Collection entries:
= = =

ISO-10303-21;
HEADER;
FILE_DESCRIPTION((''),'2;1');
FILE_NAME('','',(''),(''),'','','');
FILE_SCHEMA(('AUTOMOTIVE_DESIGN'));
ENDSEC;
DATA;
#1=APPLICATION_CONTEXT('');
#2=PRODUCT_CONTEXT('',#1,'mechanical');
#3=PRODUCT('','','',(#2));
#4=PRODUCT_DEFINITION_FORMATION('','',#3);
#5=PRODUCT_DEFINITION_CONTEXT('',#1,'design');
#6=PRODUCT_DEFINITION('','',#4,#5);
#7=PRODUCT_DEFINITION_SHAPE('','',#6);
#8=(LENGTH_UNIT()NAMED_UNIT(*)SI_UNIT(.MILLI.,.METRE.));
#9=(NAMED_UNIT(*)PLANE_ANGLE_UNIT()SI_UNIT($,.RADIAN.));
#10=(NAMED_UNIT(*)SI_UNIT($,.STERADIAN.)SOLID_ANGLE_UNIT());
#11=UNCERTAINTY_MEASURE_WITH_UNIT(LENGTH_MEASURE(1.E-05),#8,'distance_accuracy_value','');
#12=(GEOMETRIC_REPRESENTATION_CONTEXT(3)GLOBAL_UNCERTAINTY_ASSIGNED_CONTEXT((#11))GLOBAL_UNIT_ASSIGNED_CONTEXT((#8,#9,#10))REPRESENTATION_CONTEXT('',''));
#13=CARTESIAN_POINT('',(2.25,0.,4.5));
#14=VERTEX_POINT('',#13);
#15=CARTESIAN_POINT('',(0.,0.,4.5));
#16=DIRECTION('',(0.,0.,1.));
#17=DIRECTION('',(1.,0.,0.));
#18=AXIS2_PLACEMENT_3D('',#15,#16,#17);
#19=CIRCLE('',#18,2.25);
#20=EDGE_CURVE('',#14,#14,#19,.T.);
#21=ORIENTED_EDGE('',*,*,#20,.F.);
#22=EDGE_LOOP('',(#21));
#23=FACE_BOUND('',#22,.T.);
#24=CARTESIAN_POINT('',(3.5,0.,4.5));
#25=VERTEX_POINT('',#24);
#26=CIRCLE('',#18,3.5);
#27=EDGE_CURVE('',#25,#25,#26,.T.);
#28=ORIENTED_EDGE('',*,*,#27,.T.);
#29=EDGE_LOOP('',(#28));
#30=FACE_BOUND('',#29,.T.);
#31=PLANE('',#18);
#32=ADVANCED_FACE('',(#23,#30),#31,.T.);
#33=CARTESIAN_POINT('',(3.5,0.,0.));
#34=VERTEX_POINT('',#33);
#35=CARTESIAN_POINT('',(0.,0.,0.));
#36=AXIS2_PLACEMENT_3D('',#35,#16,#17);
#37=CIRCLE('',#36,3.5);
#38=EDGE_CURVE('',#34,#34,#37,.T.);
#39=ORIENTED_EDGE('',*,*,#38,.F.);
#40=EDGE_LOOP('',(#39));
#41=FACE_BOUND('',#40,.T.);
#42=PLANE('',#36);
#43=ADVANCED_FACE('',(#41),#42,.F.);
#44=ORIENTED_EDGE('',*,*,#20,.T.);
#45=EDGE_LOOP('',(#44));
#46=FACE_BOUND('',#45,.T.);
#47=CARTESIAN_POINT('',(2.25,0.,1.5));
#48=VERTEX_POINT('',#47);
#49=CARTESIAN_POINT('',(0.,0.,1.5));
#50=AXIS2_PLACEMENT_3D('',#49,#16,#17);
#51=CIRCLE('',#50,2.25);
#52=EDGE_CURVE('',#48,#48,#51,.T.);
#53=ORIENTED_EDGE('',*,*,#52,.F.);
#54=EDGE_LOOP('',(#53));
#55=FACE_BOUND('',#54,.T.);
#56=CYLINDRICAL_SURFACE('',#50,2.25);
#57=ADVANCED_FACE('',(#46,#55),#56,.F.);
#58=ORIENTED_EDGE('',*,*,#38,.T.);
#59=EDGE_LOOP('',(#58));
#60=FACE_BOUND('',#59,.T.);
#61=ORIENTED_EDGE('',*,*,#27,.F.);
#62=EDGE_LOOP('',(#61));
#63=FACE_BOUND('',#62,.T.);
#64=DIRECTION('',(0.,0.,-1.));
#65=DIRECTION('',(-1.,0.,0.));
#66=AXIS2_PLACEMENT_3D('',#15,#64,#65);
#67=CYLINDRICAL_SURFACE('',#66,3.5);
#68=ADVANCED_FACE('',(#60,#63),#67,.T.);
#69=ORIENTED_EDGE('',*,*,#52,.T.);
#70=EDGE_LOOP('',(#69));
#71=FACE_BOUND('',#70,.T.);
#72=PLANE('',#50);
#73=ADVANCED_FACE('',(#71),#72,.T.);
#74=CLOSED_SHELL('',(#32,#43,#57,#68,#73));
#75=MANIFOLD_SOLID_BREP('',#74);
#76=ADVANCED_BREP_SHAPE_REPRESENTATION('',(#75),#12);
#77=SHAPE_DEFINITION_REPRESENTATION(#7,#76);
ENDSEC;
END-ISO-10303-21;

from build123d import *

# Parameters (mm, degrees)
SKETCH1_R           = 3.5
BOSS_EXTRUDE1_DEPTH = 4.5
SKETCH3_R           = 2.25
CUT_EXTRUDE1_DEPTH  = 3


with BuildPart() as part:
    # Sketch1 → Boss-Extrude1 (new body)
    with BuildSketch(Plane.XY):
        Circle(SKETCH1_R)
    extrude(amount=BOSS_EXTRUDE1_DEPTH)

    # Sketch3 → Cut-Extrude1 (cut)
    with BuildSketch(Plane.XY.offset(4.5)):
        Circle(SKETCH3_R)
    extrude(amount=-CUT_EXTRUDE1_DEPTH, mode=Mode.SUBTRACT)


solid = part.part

= = =

### WHAT TO DO
Every line from the one containing "#52=EDGE_CURVE('',#48,#48,#51,.T.);" through the end of the entries above must be echoed exactly, with both ends kept.

### RESULT OF THIS TASK
#52=EDGE_CURVE('',#48,#48,#51,.T.);
#53=ORIENTED_EDGE('',*,*,#52,.F.);
#54=EDGE_LOOP('',(#53));
#55=FACE_BOUND('',#54,.T.);
#56=CYLINDRICAL_SURFACE('',#50,2.25);
#57=ADVANCED_FACE('',(#46,#55),#56,.F.);
#58=ORIENTED_EDGE('',*,*,#38,.T.);
#59=EDGE_LOOP('',(#58));
#60=FACE_BOUND('',#59,.T.);
#61=ORIENTED_EDGE('',*,*,#27,.F.);
#62=EDGE_LOOP('',(#61));
#63=FACE_BOUND('',#62,.T.);
#64=DIRECTION('',(0.,0.,-1.));
#65=DIRECTION('',(-1.,0.,0.));
#66=AXIS2_PLACEMENT_3D('',#15,#64,#65);
#67=CYLINDRICAL_SURFACE('',#66,3.5);
#68=ADVANCED_FACE('',(#60,#63),#67,.T.);
#69=ORIENTED_EDGE('',*,*,#52,.T.);
#70=EDGE_LOOP('',(#69));
#71=FACE_BOUND('',#70,.T.);
#72=PLANE('',#50);
#73=ADVANCED_FACE('',(#71),#72,.T.);
#74=CLOSED_SHELL('',(#32,#43,#57,#68,#73));
#75=MANIFOLD_SOLID_BREP('',#74);
#76=ADVANCED_BREP_SHAPE_REPRESENTATION('',(#75),#12);
#77=SHAPE_DEFINITION_REPRESENTATION(#7,#76);
ENDSEC;
END-ISO-10303-21;

from build123d import *

# Parameters (mm, degrees)
SKETCH1_R           = 3.5
BOSS_EXTRUDE1_DEPTH = 4.5
SKETCH3_R           = 2.25
CUT_EXTRUDE1_DEPTH  = 3


with BuildPart() as part:
    # Sketch1 → Boss-Extrude1 (new body)
    with BuildSketch(Plane.XY):
        Circle(SKETCH1_R)
    extrude(amount=BOSS_EXTRUDE1_DEPTH)

    # Sketch3 → Cut-Extrude1 (cut)
    with BuildSketch(Plane.XY.offset(4.5)):
        Circle(SKETCH3_R)
    extrude(amount=-CUT_EXTRUDE1_DEPTH, mode=Mode.SUBTRACT)


solid = part.part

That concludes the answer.